Réaction de Simmons-Smith
Dans la réaction de Simmons-Smith, le réactif carbénoïde est l'iodure d'iodométhylzinc, typiquement formé par réaction entre le diiodométhane et un couple zinc-cuivre.
Des alternatives moins chères ont été développées, telles que l'utilisation du dibromométhane[3], du diazométhane et de l'iodure de zinc[4]. La réactivité du système peut également être accrue en utilisant du diéthylzinc au lieu du couple zinc-cuivre[5] Il existe également des variantes asymétriques[6].

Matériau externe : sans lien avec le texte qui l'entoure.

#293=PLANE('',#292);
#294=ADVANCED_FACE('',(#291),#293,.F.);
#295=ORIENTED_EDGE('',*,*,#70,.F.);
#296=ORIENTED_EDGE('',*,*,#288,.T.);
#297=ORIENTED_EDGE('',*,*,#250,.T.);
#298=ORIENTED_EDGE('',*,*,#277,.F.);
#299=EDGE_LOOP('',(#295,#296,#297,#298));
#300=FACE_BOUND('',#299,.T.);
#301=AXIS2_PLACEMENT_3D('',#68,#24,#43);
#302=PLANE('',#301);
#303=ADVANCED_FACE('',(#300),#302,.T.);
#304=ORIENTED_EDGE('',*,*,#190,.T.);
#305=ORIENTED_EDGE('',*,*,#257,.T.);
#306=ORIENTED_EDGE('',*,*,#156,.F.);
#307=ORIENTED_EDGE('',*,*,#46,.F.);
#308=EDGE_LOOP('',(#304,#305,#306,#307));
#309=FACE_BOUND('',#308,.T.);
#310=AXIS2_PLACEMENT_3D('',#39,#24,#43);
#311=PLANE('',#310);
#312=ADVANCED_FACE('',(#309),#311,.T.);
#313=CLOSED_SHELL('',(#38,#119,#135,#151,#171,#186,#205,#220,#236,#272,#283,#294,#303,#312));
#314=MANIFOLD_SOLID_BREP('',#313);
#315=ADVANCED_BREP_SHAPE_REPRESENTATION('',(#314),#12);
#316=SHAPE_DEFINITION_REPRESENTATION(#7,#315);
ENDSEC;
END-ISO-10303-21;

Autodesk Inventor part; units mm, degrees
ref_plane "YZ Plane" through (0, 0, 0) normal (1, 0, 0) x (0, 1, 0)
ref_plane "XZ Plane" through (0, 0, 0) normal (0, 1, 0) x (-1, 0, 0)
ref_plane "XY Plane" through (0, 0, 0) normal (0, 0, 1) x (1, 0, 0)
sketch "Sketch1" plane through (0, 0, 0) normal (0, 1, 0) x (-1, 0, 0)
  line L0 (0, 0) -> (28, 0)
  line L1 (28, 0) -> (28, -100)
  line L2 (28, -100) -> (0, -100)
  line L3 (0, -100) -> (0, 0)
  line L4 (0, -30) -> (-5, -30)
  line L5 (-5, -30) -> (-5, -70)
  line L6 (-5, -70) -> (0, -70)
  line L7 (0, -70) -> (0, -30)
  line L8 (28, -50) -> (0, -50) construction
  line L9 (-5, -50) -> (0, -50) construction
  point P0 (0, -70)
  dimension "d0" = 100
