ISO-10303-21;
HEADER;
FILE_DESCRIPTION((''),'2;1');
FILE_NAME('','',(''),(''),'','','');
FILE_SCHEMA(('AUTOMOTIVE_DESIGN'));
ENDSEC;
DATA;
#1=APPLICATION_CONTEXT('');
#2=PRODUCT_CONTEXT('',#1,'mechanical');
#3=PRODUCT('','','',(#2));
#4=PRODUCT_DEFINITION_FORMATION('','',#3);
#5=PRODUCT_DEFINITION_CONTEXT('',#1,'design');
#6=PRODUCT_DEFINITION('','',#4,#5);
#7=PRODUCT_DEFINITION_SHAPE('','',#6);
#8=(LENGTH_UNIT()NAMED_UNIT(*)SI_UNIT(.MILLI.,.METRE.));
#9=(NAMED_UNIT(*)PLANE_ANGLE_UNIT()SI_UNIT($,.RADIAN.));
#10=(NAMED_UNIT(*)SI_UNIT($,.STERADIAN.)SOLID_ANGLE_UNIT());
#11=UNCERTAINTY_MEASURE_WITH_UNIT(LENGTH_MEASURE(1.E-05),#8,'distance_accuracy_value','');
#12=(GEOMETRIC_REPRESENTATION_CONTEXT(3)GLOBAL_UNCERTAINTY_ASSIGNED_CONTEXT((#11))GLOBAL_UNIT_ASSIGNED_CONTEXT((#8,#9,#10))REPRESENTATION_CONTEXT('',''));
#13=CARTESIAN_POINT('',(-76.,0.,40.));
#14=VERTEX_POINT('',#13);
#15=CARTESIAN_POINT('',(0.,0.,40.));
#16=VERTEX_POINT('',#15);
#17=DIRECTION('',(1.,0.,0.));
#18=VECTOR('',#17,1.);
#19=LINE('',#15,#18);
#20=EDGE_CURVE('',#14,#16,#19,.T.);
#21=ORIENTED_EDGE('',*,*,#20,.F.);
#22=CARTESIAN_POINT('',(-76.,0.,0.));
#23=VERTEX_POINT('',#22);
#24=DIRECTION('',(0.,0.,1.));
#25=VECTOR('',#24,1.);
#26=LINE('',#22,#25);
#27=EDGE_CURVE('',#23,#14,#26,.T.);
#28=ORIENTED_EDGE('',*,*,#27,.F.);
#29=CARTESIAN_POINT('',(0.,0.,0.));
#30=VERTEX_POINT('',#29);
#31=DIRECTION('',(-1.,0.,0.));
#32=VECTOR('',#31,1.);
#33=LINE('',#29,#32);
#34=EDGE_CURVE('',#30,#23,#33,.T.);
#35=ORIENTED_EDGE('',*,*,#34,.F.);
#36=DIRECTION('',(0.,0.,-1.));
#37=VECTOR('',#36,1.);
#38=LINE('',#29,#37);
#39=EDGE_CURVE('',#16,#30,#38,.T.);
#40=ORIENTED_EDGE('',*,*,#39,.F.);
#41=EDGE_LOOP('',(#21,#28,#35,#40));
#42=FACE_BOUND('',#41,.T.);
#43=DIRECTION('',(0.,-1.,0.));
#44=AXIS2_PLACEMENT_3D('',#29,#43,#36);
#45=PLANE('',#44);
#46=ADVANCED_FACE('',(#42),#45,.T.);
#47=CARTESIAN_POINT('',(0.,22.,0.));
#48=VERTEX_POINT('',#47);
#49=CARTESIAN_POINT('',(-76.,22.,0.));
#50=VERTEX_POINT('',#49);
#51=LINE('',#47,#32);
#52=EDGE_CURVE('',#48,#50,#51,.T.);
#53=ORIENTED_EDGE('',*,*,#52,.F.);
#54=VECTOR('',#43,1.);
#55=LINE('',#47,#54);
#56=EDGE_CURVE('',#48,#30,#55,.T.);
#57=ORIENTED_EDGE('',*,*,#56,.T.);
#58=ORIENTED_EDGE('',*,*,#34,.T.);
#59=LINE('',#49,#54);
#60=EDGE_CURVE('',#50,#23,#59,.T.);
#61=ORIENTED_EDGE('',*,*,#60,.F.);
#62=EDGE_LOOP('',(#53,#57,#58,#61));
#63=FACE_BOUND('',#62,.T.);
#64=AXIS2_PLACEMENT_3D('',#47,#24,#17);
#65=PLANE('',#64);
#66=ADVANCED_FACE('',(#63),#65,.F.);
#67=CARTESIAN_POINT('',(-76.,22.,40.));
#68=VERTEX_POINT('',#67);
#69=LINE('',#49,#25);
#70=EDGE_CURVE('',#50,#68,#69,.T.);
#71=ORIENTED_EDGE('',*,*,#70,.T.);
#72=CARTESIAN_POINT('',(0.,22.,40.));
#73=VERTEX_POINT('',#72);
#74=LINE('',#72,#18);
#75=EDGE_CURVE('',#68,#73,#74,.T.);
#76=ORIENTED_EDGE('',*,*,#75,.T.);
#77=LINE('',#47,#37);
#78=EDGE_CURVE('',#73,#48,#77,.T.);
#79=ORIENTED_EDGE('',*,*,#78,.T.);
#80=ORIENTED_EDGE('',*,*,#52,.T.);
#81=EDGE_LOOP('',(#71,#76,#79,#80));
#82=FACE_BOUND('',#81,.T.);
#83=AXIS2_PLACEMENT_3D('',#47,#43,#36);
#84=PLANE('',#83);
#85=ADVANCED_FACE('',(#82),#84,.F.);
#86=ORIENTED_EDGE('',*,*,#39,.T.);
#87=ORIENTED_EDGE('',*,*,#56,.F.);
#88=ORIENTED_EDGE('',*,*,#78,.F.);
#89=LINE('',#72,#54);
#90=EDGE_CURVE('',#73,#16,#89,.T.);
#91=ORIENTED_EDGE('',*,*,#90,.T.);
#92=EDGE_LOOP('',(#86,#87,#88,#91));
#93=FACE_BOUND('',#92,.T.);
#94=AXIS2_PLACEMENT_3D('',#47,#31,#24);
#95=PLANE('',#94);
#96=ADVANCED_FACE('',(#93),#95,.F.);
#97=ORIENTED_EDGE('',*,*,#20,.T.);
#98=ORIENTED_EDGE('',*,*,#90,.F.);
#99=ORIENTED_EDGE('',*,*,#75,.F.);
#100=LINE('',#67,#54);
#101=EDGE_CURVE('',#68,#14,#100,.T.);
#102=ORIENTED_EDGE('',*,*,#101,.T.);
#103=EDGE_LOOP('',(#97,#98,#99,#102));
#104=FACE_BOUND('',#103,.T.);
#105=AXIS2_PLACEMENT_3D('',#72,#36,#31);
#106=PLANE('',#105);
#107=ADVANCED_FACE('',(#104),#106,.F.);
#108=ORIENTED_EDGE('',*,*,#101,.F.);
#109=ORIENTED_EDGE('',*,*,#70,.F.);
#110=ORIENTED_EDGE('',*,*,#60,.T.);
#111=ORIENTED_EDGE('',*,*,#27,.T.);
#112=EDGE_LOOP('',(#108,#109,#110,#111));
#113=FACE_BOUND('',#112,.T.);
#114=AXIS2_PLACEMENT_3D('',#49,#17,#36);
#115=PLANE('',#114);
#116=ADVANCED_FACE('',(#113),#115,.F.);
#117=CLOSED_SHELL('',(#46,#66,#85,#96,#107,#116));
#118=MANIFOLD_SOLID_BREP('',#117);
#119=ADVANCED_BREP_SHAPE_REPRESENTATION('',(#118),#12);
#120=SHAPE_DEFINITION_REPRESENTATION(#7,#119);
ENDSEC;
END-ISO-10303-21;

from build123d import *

# Parameters (mm, degrees)
ESQUISSE1_W        = 76
ESQUISSE1_H        = 40
BOSS_EXTRU_1_DEPTH = 22


with BuildPart() as part:
    # Esquisse1 → Boss.-Extru.1 (new body)
    with BuildSketch(Plane(origin=(0, 0, 0), x_dir=(1, 0, 0), z_dir=(0, 1, 0))):
        with Locations((-38, -20)):
            Rectangle(ESQUISSE1_W, ESQUISSE1_H)
    extrude(amount=BOSS_EXTRU_1_DEPTH)


solid = part.part
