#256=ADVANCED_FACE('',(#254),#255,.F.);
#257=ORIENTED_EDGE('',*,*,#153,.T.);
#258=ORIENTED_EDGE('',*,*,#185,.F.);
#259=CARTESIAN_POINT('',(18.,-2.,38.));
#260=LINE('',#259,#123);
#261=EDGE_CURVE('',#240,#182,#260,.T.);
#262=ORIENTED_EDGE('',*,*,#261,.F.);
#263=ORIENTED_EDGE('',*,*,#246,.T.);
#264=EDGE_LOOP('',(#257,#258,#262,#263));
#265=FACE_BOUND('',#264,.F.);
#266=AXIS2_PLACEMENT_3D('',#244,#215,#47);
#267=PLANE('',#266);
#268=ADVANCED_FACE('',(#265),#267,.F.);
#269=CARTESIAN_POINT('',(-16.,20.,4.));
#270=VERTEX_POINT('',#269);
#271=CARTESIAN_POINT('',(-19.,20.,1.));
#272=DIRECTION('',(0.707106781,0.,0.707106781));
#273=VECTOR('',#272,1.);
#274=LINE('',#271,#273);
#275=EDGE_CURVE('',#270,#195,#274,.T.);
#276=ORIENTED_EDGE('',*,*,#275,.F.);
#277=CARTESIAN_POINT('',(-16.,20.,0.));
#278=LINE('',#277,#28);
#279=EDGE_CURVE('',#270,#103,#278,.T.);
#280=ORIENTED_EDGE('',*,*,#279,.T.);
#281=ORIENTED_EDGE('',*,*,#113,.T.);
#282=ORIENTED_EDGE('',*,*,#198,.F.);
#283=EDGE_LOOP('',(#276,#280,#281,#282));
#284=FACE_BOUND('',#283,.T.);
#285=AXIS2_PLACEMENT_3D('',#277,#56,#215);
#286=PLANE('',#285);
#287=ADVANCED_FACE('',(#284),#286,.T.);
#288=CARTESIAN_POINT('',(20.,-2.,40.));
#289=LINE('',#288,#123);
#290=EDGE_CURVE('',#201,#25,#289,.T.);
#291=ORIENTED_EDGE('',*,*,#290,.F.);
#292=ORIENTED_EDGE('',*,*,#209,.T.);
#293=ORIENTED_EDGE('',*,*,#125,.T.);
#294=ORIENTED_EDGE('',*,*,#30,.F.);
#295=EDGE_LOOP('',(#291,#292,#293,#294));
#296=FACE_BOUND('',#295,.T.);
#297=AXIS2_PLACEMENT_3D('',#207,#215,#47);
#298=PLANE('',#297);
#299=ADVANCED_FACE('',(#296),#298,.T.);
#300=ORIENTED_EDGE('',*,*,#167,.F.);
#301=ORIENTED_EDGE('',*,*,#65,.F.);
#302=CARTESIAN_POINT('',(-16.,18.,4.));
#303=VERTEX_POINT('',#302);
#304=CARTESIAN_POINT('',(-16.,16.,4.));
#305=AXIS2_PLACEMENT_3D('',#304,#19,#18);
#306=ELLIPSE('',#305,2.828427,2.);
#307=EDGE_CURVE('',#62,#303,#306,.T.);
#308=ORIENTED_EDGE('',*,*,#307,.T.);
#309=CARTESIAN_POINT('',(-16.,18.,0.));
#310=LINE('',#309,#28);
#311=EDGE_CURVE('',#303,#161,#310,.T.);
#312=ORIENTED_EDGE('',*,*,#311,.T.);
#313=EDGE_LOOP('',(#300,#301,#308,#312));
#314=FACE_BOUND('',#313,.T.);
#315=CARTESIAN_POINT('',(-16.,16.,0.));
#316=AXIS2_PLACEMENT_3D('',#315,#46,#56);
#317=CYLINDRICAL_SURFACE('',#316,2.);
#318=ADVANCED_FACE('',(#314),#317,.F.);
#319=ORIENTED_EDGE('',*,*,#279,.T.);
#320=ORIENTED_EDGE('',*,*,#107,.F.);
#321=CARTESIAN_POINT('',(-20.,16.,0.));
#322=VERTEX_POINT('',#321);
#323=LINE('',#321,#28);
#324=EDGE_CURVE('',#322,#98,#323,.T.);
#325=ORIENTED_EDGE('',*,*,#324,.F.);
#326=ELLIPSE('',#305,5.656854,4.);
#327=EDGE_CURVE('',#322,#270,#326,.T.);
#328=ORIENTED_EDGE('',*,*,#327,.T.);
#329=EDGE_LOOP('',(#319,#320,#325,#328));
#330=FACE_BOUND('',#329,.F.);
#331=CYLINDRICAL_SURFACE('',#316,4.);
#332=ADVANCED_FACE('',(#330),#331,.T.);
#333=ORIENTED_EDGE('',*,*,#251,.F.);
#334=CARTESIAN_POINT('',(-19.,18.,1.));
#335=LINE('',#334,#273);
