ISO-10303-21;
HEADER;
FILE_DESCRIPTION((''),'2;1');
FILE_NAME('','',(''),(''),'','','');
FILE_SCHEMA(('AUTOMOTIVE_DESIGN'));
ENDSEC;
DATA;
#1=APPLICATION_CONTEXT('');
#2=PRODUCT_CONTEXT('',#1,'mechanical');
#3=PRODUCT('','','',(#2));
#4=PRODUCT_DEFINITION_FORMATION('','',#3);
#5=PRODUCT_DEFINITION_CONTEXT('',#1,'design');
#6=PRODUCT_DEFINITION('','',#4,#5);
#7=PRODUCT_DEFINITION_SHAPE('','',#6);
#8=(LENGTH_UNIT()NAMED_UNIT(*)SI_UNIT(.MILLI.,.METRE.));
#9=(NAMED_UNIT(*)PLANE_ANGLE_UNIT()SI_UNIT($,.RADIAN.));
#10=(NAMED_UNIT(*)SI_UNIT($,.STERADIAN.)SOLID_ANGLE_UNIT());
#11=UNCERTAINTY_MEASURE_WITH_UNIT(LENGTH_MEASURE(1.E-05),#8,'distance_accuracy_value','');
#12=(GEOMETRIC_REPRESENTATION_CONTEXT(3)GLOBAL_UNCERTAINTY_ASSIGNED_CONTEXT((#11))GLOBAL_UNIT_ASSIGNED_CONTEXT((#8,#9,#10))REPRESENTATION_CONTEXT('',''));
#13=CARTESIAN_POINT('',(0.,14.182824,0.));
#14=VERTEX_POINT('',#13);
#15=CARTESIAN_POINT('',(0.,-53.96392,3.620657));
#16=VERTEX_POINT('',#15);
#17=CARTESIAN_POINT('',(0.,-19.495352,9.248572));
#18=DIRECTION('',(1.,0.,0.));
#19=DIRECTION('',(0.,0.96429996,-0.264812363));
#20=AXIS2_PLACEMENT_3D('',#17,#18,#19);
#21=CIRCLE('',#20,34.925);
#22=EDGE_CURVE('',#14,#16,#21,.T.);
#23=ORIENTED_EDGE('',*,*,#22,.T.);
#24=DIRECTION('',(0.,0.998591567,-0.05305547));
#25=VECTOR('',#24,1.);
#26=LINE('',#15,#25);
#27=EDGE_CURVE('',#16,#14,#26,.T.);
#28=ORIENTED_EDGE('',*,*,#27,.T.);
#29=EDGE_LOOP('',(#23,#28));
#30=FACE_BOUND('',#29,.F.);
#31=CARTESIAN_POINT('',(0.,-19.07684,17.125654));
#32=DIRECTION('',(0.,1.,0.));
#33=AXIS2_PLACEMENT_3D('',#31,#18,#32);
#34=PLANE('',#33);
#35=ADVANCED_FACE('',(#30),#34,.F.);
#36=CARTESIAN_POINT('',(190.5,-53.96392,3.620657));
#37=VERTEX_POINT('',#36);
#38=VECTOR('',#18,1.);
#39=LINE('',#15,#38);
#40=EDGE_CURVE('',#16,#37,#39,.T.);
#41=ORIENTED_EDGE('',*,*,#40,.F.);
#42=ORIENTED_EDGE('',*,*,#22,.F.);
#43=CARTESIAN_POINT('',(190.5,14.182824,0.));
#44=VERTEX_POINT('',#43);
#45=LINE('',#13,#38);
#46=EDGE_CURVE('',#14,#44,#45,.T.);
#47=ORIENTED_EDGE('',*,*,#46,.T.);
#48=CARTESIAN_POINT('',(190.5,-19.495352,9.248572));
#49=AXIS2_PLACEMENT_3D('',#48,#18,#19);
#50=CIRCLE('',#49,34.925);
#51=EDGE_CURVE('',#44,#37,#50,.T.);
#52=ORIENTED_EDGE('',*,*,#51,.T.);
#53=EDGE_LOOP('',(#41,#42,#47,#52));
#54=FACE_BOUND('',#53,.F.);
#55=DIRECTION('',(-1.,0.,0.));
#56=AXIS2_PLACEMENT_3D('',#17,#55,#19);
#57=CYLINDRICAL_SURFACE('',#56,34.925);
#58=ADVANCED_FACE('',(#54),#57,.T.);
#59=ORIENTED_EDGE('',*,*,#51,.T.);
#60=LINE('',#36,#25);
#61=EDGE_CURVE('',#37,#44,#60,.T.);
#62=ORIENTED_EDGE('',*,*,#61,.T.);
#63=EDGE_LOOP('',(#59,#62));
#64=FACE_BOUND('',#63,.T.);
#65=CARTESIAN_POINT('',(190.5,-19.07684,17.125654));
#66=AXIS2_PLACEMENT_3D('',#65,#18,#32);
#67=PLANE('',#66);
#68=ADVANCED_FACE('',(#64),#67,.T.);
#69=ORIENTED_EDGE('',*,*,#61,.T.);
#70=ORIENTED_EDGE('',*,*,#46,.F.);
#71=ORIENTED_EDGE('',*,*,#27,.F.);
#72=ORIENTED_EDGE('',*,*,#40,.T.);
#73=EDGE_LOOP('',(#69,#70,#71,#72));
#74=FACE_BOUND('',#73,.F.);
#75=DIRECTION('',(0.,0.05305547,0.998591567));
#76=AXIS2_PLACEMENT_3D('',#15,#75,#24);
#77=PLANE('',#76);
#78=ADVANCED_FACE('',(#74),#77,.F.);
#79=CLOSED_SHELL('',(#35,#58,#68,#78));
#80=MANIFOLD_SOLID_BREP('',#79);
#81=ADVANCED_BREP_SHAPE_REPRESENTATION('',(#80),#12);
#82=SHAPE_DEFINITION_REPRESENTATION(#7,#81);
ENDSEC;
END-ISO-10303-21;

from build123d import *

# Parameters (mm, degrees)
F1_DEPTH = 190.5


with BuildPart() as f1:
    # F0 (on Right) → F1 (new body)
    with BuildSketch(Plane.YZ):
        with BuildLine():
            Line((-53.96392, 3.620657), (14.182824, 0))
            ThreePointArc((14.182824, 0), (-17.64239, 44.124382), (-53.96392, 3.620657))
        make_face()
    extrude(amount=F1_DEPTH)


solid = f1.part
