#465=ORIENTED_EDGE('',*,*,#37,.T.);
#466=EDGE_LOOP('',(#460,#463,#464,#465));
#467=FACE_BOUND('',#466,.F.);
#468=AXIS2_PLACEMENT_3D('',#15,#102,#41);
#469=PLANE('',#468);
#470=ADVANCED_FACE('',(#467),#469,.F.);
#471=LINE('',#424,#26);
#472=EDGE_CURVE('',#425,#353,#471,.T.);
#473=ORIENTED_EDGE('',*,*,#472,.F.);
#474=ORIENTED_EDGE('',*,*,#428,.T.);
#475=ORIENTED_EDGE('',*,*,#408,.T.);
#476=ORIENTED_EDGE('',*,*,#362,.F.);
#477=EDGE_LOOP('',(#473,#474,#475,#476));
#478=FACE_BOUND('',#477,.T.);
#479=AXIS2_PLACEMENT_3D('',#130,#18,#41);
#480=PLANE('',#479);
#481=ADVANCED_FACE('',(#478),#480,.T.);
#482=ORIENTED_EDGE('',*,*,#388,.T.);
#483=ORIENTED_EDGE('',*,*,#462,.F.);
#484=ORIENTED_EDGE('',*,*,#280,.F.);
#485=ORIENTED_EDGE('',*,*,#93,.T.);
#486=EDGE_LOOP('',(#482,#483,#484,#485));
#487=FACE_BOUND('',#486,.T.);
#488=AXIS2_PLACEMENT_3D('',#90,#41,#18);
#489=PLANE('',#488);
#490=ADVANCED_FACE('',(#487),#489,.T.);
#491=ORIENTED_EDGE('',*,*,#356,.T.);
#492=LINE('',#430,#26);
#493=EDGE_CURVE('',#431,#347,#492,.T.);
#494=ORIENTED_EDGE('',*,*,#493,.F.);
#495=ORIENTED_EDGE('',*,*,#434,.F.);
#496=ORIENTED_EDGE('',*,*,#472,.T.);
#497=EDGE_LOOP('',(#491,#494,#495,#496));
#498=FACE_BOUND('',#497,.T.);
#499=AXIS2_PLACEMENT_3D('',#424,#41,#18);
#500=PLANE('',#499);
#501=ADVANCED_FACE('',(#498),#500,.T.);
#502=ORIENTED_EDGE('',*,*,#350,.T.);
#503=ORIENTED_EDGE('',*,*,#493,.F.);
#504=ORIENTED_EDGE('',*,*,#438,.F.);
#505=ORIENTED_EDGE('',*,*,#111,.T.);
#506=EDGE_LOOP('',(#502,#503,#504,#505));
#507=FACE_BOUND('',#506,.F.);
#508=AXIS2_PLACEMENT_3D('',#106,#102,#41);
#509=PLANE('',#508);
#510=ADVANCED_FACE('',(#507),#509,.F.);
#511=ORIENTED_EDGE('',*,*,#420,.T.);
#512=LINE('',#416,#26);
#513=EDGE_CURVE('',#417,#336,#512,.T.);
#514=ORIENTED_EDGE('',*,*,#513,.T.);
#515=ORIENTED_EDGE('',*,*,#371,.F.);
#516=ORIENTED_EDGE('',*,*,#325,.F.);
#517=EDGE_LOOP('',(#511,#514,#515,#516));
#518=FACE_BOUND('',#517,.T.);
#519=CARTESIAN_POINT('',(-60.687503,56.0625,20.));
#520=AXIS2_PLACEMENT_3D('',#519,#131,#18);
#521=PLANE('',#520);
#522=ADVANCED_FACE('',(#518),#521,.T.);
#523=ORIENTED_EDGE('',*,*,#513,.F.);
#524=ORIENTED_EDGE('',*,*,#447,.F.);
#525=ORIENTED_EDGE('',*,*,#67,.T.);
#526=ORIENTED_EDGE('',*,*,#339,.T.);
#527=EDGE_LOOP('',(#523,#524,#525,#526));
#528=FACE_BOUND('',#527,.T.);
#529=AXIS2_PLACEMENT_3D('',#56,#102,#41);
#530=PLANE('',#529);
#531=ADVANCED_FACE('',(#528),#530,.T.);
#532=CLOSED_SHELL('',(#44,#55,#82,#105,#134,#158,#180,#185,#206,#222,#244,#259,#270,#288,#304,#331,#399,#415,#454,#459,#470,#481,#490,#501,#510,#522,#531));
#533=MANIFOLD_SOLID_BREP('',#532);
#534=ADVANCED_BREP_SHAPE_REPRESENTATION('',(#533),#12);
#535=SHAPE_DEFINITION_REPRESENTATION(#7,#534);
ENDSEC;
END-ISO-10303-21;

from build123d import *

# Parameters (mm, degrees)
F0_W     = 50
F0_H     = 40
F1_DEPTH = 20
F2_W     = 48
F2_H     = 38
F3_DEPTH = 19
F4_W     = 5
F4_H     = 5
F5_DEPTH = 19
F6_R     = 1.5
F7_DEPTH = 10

Utilisation de composés diazo
Certains composés diazo, tels que le diazométhane, peuvent réagir avec les alcènes pour produire des cyclopropanes dans des procédés en deux étapes. La première étape consiste en une cycloaddition 1,3-dipolaire pour former une pyrazoline. Cette dernière subit ensuite une dénitrogénation, soit photochimique soit par décomposition thermique, pour former un cyclopropane. La voie thermique, qui utilise souvent comme catalyseur KOH et le platine, est aussi connue sous le nom de synthèse de Kishner de cyclopropane, du nom du chimiste russe Nikolai Kischner (en)[7] - [8], et peut être appliquée en utilisant de l'hydrazine et des composés carbonylés α,β-insaturés[9]. Le mécanisme de la décomposition a fait l'objet de nombreuses études, et, si le sujet reste controversé, l'idée communément partagée est qu'il se passe via des espèces diradicalaires[10] - [11]. Du point de vue de la chimie verte, cette méthode est considérée comme supérieure aux autres cyclopropanations à base de carbènes car elle n'implique pas l’utilisation de métaux ou d'halogènes, et son seul sous-produit est le diazote. Cependant, cette réaction peut être dangereuse car des traces de composés diazo n'ayant pas réagi peuvent exploser durant le réarrangement thermique de la pyrazoline.
Utilisation de composés diazo avec catalyseur métallique
Le phényldiazoacétate de méthyle (en) et beaucoup de dérivés diazo proches sont des précurseurs de carbènes donneurs-accepteurs qui peuvent être utilisés pour la cyclopropanation ou pour insérer des liaisons C-H dans un substrat organique. Ces réactions sont catalysées par le tétraacétate de dirhodium ou par certains de ses dérivés chiraux[12] - [13] - [14].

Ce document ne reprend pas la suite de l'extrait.